To run the experiment locally, we can run the script directly:

python experiments/tutorials/train_tiny_model_cpu.py --prefix local_store
python experiments/tutorials/train_tiny_model_gpu.py --prefix local_store

The --prefix argument specifies the output directory for the experiment. It can be a local directory or anything fsspec supports, such as s3:// or gs://. Alternatively, you can set the MARIN_PREFIX environment variable to achieve the same. For a detailed explanation of both methods and important considerations for choosing your output path, please see Understanding MARIN_PREFIX and --prefix.

This will take a few minutes to run. (Marin isn't optimized for low latency and Ray can take a while to schedule tasks initially...)

At the end, you should see a message like this:

2025-05-07 23:00:24,099 INFO executor.py:1036 -- Executor run took 263.37s
2025-05-07 23:00:24,099 INFO executor.py:1037 -- Experiment info written to local_store/experiments/train_tiny_model_cpu-0b39f4.json
2025-05-07 23:00:24,099 INFO executor.py:1038 -- View the experiment at https://localhost:5000/experiment?path=gs%3A%2F%2Fmarin-us-central2%2Fexperiments%2Ftrain_tiny_model_cpu-0b39f4.json

The JSON file contains a record of the experiment, including the steps and dependencies. (Note that this link won't work unless you start the data browser.)

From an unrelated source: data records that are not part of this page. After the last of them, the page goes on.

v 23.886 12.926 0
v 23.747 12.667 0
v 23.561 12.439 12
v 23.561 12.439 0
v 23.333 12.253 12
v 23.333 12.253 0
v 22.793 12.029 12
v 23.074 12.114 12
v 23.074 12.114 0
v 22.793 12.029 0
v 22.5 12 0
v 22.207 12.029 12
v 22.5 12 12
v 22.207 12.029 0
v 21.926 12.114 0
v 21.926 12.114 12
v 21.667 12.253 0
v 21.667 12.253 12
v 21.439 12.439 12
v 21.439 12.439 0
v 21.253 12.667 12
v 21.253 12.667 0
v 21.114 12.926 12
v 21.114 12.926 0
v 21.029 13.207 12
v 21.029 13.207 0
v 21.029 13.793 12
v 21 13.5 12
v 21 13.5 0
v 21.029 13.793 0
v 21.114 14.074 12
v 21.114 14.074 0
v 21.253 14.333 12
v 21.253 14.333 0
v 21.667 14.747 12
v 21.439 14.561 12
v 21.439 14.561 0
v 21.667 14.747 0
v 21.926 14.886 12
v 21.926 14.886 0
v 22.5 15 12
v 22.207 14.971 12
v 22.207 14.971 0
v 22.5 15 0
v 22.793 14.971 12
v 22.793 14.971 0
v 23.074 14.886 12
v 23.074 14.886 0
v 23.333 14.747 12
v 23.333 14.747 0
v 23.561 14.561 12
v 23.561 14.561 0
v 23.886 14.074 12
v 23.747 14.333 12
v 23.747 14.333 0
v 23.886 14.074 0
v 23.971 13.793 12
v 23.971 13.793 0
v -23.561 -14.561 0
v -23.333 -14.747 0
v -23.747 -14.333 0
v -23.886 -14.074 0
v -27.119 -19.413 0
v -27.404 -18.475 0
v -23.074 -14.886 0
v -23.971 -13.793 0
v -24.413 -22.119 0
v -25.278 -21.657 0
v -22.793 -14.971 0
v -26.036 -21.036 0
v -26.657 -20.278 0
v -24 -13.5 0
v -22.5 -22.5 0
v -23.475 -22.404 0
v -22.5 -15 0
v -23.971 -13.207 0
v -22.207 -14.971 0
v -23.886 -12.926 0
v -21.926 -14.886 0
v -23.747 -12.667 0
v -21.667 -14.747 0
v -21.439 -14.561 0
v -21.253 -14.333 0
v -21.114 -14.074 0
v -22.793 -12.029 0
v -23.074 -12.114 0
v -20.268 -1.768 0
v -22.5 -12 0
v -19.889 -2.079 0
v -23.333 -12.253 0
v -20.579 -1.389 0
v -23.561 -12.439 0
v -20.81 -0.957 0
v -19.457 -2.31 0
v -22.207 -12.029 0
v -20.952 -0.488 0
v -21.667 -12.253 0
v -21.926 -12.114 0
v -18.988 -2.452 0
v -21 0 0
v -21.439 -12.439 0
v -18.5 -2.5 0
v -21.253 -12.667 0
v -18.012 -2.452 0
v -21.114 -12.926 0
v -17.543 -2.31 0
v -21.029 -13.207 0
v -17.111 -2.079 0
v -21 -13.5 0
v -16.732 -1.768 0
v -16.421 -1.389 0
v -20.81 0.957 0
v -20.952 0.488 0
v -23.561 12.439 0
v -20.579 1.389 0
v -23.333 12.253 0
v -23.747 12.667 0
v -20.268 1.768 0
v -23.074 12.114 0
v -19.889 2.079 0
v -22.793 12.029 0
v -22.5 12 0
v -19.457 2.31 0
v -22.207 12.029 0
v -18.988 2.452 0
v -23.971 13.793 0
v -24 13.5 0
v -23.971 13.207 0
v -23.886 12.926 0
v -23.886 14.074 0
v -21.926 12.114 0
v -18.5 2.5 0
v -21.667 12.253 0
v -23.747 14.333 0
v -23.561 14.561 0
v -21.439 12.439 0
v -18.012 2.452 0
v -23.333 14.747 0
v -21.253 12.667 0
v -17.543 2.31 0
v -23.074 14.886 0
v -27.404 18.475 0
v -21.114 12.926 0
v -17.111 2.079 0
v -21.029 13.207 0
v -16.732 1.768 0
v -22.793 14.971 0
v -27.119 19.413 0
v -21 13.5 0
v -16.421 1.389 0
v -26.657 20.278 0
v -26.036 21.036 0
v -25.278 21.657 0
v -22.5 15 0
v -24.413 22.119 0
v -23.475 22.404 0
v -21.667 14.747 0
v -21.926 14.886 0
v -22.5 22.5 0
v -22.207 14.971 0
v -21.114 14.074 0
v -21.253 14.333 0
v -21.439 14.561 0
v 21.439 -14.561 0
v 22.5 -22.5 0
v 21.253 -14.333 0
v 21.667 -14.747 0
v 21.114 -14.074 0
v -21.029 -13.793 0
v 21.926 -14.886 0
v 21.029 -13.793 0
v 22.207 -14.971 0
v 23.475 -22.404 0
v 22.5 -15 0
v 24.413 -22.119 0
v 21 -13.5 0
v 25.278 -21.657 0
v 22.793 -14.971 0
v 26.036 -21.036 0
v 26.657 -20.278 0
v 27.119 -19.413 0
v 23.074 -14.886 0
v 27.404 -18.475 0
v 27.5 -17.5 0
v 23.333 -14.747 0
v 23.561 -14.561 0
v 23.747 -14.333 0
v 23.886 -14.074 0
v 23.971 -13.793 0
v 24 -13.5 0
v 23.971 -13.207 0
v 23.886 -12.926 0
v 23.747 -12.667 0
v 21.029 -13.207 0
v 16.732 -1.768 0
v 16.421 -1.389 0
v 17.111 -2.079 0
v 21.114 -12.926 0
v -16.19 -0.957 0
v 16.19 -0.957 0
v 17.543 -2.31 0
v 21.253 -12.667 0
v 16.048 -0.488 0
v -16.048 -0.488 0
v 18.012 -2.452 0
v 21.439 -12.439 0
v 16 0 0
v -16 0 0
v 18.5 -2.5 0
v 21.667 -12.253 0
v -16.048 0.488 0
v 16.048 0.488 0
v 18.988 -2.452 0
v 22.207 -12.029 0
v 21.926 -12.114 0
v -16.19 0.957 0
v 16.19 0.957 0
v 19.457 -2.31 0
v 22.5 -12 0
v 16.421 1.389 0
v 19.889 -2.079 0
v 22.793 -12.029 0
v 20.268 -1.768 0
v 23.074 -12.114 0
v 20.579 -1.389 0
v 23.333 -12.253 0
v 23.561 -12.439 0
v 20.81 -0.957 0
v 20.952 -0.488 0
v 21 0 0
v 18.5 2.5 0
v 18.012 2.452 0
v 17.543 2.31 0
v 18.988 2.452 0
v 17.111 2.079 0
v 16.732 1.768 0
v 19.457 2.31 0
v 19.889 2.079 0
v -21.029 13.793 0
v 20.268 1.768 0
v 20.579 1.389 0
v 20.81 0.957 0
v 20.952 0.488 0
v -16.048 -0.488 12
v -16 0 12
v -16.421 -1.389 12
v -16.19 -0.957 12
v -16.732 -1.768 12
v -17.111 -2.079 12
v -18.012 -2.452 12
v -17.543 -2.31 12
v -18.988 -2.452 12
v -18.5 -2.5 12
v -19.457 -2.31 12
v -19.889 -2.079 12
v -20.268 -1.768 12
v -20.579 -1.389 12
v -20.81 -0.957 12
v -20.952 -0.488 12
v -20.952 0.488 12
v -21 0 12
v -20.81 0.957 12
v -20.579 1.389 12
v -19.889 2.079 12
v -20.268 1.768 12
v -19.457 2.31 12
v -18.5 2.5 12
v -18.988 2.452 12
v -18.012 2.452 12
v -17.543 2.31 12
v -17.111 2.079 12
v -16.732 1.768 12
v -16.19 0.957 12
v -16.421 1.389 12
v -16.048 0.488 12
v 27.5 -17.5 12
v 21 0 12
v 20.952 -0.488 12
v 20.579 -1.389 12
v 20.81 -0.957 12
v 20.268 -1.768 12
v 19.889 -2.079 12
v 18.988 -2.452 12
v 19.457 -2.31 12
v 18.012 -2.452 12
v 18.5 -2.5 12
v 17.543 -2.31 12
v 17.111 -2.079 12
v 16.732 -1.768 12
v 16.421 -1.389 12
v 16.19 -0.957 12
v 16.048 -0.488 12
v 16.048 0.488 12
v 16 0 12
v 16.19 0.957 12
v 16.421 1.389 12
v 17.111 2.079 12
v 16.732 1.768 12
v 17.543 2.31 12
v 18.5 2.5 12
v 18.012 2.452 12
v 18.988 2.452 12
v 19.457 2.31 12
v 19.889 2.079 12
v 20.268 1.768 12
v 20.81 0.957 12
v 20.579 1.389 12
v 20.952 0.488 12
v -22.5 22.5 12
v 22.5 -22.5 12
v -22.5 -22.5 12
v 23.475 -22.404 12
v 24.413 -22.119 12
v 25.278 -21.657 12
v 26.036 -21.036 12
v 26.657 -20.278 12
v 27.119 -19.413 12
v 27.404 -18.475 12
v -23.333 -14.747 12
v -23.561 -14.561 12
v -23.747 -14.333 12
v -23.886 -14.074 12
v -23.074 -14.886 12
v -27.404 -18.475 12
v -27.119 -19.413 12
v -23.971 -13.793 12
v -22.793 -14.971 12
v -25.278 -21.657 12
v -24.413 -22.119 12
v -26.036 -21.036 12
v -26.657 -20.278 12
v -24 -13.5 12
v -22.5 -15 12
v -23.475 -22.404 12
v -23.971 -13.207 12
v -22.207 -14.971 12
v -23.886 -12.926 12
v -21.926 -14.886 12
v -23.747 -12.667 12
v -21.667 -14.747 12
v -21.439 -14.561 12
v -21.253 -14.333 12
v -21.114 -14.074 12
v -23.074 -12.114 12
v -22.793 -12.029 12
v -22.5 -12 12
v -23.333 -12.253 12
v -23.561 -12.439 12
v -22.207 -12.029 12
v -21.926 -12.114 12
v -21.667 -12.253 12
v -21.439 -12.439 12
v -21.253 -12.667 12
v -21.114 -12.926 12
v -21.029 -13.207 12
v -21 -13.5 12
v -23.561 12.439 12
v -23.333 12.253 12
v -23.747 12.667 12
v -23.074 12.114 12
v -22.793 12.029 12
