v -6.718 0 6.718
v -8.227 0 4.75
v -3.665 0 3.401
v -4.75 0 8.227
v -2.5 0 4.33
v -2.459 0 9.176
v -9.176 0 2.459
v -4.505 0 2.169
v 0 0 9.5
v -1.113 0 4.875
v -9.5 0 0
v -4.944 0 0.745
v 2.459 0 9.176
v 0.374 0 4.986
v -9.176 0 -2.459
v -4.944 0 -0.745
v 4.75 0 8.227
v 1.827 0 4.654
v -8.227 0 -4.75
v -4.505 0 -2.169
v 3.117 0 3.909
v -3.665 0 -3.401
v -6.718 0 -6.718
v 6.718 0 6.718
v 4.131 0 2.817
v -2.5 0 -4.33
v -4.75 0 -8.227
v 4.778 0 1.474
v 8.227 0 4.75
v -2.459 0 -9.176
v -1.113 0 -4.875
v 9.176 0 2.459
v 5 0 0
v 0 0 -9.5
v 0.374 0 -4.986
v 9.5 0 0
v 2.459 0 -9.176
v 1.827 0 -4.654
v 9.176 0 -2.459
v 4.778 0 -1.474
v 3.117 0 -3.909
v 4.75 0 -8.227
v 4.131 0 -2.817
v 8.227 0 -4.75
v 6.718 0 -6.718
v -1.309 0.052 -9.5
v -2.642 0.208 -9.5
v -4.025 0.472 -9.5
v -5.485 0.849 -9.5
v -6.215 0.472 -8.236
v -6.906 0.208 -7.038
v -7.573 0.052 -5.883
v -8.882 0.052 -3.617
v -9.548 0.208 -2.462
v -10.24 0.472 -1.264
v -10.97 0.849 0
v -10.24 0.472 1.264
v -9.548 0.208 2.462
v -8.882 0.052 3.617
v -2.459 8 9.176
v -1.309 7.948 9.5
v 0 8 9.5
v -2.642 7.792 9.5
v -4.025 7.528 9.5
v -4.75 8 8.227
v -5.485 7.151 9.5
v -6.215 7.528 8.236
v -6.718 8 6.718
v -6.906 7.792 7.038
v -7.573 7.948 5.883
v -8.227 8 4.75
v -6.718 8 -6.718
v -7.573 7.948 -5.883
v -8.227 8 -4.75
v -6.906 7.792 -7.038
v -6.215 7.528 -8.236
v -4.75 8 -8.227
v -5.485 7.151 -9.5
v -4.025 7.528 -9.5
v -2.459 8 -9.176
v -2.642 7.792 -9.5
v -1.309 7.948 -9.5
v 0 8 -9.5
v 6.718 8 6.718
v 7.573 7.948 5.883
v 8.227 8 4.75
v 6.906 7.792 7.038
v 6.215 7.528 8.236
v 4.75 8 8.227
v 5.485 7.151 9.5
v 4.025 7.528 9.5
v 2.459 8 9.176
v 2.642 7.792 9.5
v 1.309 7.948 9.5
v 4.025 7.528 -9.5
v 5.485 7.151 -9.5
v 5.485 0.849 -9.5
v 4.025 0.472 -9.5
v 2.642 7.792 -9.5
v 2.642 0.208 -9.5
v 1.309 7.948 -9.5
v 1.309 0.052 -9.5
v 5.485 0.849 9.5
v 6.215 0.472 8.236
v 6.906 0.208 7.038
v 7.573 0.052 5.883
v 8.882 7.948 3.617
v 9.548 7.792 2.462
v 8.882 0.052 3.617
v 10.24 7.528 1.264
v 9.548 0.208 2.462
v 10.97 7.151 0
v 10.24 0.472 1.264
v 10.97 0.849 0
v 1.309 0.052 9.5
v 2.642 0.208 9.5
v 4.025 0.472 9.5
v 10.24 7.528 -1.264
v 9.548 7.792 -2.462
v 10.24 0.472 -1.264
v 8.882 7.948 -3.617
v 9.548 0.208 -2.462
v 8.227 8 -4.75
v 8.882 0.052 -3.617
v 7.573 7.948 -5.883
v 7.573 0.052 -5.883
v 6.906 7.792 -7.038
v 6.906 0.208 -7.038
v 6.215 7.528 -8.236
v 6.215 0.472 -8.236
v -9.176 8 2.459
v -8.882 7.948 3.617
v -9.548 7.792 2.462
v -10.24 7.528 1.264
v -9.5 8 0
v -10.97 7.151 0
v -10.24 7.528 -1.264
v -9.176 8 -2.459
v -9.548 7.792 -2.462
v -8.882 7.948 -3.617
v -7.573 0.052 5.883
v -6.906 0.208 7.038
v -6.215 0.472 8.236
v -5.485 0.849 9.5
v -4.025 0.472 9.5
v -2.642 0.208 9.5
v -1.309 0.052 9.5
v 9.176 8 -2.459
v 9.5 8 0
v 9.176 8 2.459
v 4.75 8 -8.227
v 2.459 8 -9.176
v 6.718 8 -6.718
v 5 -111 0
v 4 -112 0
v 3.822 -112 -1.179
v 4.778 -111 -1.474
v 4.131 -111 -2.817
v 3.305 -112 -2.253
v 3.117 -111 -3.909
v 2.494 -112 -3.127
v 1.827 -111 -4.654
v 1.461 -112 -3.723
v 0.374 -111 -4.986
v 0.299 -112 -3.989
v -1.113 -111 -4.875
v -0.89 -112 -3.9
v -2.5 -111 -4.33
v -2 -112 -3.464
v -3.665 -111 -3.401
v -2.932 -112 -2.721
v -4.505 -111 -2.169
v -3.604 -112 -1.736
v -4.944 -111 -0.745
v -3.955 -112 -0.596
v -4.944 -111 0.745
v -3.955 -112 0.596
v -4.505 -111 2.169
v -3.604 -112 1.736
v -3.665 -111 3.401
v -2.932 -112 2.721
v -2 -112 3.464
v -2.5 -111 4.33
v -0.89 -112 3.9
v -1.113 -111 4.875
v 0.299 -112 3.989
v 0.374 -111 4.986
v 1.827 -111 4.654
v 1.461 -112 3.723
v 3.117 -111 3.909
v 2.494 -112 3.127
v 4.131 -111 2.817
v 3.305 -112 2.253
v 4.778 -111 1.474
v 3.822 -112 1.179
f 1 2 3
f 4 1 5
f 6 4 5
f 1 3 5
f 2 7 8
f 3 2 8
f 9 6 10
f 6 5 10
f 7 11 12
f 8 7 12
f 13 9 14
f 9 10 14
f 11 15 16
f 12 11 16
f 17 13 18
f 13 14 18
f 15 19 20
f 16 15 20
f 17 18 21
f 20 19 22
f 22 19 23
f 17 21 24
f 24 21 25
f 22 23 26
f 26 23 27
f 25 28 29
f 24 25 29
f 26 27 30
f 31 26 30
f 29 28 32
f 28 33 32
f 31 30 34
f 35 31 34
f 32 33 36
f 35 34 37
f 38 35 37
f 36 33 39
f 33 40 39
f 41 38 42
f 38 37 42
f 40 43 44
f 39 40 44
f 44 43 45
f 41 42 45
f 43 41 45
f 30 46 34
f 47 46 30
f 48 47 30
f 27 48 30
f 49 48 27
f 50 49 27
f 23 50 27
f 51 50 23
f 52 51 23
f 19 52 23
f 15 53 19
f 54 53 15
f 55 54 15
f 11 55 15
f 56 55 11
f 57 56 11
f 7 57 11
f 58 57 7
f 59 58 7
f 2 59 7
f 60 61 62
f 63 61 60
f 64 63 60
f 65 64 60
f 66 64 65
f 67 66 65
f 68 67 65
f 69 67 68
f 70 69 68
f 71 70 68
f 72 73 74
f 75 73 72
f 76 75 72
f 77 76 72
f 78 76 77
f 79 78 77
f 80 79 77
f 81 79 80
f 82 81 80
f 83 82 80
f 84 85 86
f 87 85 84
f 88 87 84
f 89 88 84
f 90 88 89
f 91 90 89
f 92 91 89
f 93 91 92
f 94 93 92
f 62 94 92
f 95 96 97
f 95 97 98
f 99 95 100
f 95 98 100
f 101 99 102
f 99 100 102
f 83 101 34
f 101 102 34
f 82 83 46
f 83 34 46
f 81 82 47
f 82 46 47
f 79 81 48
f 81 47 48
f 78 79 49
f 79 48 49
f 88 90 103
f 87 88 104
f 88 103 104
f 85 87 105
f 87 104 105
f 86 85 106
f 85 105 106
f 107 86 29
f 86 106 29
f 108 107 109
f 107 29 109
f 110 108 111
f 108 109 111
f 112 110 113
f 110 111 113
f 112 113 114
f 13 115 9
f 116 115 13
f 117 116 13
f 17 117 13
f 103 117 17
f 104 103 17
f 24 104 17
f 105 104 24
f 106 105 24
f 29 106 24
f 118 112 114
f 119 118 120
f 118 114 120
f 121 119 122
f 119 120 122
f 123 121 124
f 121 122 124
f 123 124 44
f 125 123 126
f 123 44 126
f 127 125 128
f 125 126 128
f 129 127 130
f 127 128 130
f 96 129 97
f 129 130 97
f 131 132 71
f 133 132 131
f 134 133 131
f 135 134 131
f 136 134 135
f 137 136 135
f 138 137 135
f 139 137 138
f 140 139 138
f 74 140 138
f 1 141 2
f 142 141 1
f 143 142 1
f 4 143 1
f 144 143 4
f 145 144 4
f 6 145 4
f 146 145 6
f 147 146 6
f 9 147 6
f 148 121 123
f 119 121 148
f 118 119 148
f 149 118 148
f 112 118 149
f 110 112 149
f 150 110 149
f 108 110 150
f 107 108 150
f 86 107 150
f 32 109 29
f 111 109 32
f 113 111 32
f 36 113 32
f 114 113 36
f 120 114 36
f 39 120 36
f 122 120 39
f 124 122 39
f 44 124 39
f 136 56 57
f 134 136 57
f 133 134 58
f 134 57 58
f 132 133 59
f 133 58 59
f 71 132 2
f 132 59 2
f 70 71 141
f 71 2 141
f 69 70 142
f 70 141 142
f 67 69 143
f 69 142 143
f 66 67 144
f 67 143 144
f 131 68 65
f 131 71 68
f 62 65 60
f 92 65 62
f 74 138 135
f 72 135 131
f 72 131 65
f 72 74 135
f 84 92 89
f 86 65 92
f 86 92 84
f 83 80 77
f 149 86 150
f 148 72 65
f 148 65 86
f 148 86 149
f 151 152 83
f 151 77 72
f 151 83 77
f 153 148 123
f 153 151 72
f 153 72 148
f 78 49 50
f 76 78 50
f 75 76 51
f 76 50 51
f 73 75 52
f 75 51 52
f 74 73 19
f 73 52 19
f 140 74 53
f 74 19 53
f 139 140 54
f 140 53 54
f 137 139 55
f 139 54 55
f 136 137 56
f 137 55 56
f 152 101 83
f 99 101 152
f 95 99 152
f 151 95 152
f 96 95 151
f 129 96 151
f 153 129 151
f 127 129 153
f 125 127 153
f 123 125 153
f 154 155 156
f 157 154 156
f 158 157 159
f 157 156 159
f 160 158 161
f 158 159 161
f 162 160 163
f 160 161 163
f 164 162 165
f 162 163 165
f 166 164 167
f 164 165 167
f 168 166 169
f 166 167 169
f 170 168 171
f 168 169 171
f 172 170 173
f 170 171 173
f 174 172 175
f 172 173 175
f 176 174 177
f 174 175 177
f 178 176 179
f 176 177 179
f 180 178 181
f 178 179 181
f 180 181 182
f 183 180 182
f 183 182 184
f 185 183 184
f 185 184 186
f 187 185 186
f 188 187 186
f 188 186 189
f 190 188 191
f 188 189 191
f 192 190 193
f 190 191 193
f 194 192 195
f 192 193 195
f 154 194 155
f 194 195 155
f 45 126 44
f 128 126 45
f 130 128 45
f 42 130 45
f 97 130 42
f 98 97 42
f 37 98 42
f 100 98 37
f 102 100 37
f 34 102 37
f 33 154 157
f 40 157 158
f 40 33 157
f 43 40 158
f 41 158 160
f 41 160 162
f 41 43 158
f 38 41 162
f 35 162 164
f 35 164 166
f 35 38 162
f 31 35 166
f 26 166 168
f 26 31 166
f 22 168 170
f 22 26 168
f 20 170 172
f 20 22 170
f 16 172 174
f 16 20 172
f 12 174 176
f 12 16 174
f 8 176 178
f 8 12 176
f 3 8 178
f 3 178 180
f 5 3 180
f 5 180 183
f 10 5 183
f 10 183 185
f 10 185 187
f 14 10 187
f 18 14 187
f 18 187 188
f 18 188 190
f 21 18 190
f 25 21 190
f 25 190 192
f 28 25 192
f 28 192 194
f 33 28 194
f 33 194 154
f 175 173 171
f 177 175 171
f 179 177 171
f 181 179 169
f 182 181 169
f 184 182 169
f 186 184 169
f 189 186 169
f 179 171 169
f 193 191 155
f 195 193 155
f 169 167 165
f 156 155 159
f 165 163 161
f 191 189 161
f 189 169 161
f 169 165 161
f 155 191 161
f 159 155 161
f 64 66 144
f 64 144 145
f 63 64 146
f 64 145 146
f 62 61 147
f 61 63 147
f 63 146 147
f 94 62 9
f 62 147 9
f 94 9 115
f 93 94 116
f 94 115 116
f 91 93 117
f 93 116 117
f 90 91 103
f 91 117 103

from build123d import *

# Parameters (mm, degrees)
SALIENTE_EXTRUIR1_DEPTH = 8
CROQUIS2_R              = 4.25
CORTAR_EXTRUIR1_DEPTH   = 9
CROQUIS3_OUTSIDE_W      = 57.674
CROQUIS3_OUTSIDE_H      = 54.734
CROQUIS3_OUTSIDE_R      = 9.5
CORTAR_EXTRUIR2_DEPTH   = 8
CORTAR_EXTRUIR2_TAPER   = 60
CROQUIS4_OUTSIDE_W      = 57.674
CROQUIS4_OUTSIDE_H      = 54.734
CROQUIS4_OUTSIDE_R      = 9.5
CORTAR_EXTRUIR3_DEPTH   = 8
CORTAR_EXTRUIR3_TAPER   = 60
CROQUIS5_R              = 5
SALIENTE_EXTRUIR3_DEPTH = 120
CHAFL_N2_SIZE           = 1


with BuildPart() as part:
    # Croquis1 → Saliente-Extruir1 (new body)
    with BuildSketch(Plane(origin=(0, 0, 0), x_dir=(1, 0, 0), z_dir=(0, 1, 0))):
        Polygon((10.969655115, 0), (5.484827557, 9.5), (-5.484827557, 9.5), (-10.969655115, 0), (-5.484827557, -9.5), (5.484827557, -9.5), align=None)
    extrude(amount=SALIENTE_EXTRUIR1_DEPTH)

    # Croquis2 → Cortar-Extruir1 (cut, through all)
    with BuildSketch(Plane(origin=(0, 8, 0), x_dir=(1, 0, 0), z_dir=(0, 1, 0))):
        Circle(CROQUIS2_R)
    extrude(amount=-CORTAR_EXTRUIR1_DEPTH, mode=Mode.SUBTRACT)

    # Croquis3 outside → Cortar-Extruir2 (cut)
    with BuildSketch(Plane(origin=(0, 8, 0), x_dir=(1, 0, 0), z_dir=(0, 1, 0))):
        Rectangle(CROQUIS3_OUTSIDE_W, CROQUIS3_OUTSIDE_H)
        Circle(CROQUIS3_OUTSIDE_R, mode=Mode.SUBTRACT)
    extrude(amount=-CORTAR_EXTRUIR2_DEPTH, taper=CORTAR_EXTRUIR2_TAPER, mode=Mode.SUBTRACT)

    # Croquis4 outside → Cortar-Extruir3 (cut)
    with BuildSketch(Plane.XZ):
        Rectangle(CROQUIS4_OUTSIDE_W, CROQUIS4_OUTSIDE_H)
        Circle(CROQUIS4_OUTSIDE_R, mode=Mode.SUBTRACT)
    extrude(amount=-CORTAR_EXTRUIR3_DEPTH, taper=CORTAR_EXTRUIR3_TAPER, mode=Mode.SUBTRACT)

    # Croquis5 → Saliente-Extruir3 (add)
    with BuildSketch(Plane(origin=(0, 8, 0), x_dir=(1, 0, 0), z_dir=(0, 1, 0))):
        Circle(CROQUIS5_R)
    extrude(amount=-SALIENTE_EXTRUIR3_DEPTH)

    # Chaflán2
    chafl_n2_edges = [part.edges().sort_by_distance(p)[0] for p in [
        (-5, -112, 0),
    ]]
    chamfer(chafl_n2_edges, length=CHAFL_N2_SIZE)


solid = part.part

If you were to rerun this experiment, the executor would detect that the training step has already been run and skip it.

Inspecting the Output

You can look at the artifacts logged to the output directory. Typically, for training jobs, most interesting logging goes to WandB, which you likely disabled.

$ ls local_store/*
local_store/checkpoints:
marin-nano-tinystories-b4157e

local_store/experiments:
train_tiny_model_cpu-0b39f4.json

local_store/tokenized:
roneneldan

The experiments directory contains the experiment JSON file (which tracks all the steps and their dependencies). The checkpoints directory contains the trained model. The tokenized directory contains the tokenized dataset.

Next Steps

Congratulations! You have trained your first model in Marin. Choose your next adventure:

Troubleshooting

The job failed, how do I rerun it?

By default, the Marin executor won't rerun steps that failed. To force it to rerun a step, you can use the --force_run_failed true flag.

python experiments/tutorials/train_tiny_model_cpu.py --prefix local_store --force_run_failed true
python experiments/tutorials/train_tiny_model_gpu.py --prefix local_store --force_run_failed true

I want to rerun the step after it succeeded, how do I do that?

By default, the Marin executor won't rerun steps that succeeded either. The easiest way to do this is to remove the output directory for the step. For instance, if the step is named marin-nano-tinystories-b4157e, you can remove the output directory with:

rm -rf local_store/marin-nano-tinystories-b4157e

Note, however, that WandB does not like reusing the same run ID, so you may need to change the name argument to default_train to a new value. (If you're using WandB in offline mode, this isn't an issue.)

I don't want to use WandB, how do I disable it?

wandb offline will disable WandB in your current directory. Run wandb online to re-enable it.